_About this exercise_
Please set the lines down again exactly, from the top of the entries through the line that contains "Line((-0.6, 12.6), (-0.6, 0.2))".

_Supplied records_
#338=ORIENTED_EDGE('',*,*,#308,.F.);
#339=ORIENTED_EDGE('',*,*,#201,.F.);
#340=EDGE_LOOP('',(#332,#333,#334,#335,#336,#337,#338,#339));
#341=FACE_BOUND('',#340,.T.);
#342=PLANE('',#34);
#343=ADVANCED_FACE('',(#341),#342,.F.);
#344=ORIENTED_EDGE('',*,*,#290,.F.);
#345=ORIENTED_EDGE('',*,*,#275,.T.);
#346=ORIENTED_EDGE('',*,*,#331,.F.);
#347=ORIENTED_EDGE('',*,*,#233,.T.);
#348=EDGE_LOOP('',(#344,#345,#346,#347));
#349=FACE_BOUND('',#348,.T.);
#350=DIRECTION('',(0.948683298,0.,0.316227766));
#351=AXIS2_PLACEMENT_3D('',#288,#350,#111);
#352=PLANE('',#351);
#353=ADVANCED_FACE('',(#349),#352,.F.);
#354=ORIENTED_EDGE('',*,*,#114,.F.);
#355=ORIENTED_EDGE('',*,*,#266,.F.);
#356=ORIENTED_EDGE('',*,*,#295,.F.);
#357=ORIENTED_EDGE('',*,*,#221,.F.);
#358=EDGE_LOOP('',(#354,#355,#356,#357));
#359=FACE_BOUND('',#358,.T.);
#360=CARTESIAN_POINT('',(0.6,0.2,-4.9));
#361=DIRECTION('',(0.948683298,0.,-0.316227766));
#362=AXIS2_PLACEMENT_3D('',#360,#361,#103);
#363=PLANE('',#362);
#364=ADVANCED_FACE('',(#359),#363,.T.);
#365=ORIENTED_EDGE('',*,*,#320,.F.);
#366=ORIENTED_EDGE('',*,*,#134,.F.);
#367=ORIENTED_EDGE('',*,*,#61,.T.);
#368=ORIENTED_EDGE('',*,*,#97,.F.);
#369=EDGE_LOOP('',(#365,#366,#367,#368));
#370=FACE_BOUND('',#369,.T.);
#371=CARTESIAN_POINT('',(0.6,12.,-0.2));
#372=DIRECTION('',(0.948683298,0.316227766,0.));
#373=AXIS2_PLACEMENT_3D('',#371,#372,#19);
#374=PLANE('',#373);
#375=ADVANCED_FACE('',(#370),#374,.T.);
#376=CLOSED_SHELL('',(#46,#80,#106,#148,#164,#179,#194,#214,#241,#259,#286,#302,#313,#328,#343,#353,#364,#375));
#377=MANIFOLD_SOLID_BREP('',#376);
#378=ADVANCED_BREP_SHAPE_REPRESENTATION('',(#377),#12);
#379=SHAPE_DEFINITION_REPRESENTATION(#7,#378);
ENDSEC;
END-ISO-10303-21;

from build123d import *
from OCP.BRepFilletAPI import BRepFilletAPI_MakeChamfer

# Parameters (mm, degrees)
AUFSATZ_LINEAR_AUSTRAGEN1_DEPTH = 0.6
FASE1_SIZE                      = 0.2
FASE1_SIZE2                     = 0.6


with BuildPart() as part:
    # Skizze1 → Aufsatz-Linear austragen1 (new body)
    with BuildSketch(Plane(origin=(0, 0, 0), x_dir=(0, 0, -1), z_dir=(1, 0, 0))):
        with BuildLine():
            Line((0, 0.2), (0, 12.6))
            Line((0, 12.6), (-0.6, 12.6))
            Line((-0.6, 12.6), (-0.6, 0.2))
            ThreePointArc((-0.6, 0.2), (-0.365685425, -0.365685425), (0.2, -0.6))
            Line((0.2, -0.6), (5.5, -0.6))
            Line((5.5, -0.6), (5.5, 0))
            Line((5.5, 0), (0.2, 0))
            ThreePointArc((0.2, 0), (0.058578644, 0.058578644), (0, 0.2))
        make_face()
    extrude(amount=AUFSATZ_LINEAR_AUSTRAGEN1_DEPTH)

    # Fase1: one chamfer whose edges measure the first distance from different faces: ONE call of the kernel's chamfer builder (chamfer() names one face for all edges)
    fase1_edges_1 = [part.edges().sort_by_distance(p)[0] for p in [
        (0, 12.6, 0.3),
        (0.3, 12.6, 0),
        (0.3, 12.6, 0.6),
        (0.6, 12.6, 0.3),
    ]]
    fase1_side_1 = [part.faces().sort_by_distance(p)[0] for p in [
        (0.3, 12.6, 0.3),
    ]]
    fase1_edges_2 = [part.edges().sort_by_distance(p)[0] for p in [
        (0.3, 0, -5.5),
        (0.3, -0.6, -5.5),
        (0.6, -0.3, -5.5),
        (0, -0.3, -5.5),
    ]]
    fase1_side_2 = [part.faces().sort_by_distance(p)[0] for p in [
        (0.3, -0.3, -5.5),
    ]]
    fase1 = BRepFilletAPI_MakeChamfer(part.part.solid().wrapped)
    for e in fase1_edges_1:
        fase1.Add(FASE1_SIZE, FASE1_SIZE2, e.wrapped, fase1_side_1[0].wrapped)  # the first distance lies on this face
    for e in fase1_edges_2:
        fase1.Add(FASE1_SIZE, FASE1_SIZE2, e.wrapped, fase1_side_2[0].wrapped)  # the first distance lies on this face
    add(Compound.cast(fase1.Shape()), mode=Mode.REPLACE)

_Answer for the task_
#338=ORIENTED_EDGE('',*,*,#308,.F.);
#339=ORIENTED_EDGE('',*,*,#201,.F.);
#340=EDGE_LOOP('',(#332,#333,#334,#335,#336,#337,#338,#339));
#341=FACE_BOUND('',#340,.T.);
#342=PLANE('',#34);
#343=ADVANCED_FACE('',(#341),#342,.F.);
#344=ORIENTED_EDGE('',*,*,#290,.F.);
#345=ORIENTED_EDGE('',*,*,#275,.T.);
#346=ORIENTED_EDGE('',*,*,#331,.F.);
#347=ORIENTED_EDGE('',*,*,#233,.T.);
#348=EDGE_LOOP('',(#344,#345,#346,#347));
#349=FACE_BOUND('',#348,.T.);
#350=DIRECTION('',(0.948683298,0.,0.316227766));
#351=AXIS2_PLACEMENT_3D('',#288,#350,#111);
#352=PLANE('',#351);
#353=ADVANCED_FACE('',(#349),#352,.F.);
#354=ORIENTED_EDGE('',*,*,#114,.F.);
#355=ORIENTED_EDGE('',*,*,#266,.F.);
#356=ORIENTED_EDGE('',*,*,#295,.F.);
#357=ORIENTED_EDGE('',*,*,#221,.F.);
#358=EDGE_LOOP('',(#354,#355,#356,#357));
#359=FACE_BOUND('',#358,.T.);
#360=CARTESIAN_POINT('',(0.6,0.2,-4.9));
#361=DIRECTION('',(0.948683298,0.,-0.316227766));
#362=AXIS2_PLACEMENT_3D('',#360,#361,#103);
#363=PLANE('',#362);
#364=ADVANCED_FACE('',(#359),#363,.T.);
#365=ORIENTED_EDGE('',*,*,#320,.F.);
#366=ORIENTED_EDGE('',*,*,#134,.F.);
#367=ORIENTED_EDGE('',*,*,#61,.T.);
#368=ORIENTED_EDGE('',*,*,#97,.F.);
#369=EDGE_LOOP('',(#365,#366,#367,#368));
#370=FACE_BOUND('',#369,.T.);
#371=CARTESIAN_POINT('',(0.6,12.,-0.2));
#372=DIRECTION('',(0.948683298,0.316227766,0.));
#373=AXIS2_PLACEMENT_3D('',#371,#372,#19);
#374=PLANE('',#373);
#375=ADVANCED_FACE('',(#370),#374,.T.);
#376=CLOSED_SHELL('',(#46,#80,#106,#148,#164,#179,#194,#214,#241,#259,#286,#302,#313,#328,#343,#353,#364,#375));
#377=MANIFOLD_SOLID_BREP('',#376);
#378=ADVANCED_BREP_SHAPE_REPRESENTATION('',(#377),#12);
#379=SHAPE_DEFINITION_REPRESENTATION(#7,#378);
ENDSEC;
END-ISO-10303-21;

from build123d import *
from OCP.BRepFilletAPI import BRepFilletAPI_MakeChamfer

# Parameters (mm, degrees)
AUFSATZ_LINEAR_AUSTRAGEN1_DEPTH = 0.6
FASE1_SIZE                      = 0.2
FASE1_SIZE2                     = 0.6


with BuildPart() as part:
    # Skizze1 → Aufsatz-Linear austragen1 (new body)
    with BuildSketch(Plane(origin=(0, 0, 0), x_dir=(0, 0, -1), z_dir=(1, 0, 0))):
        with BuildLine():
            Line((0, 0.2), (0, 12.6))
            Line((0, 12.6), (-0.6, 12.6))
            Line((-0.6, 12.6), (-0.6, 0.2))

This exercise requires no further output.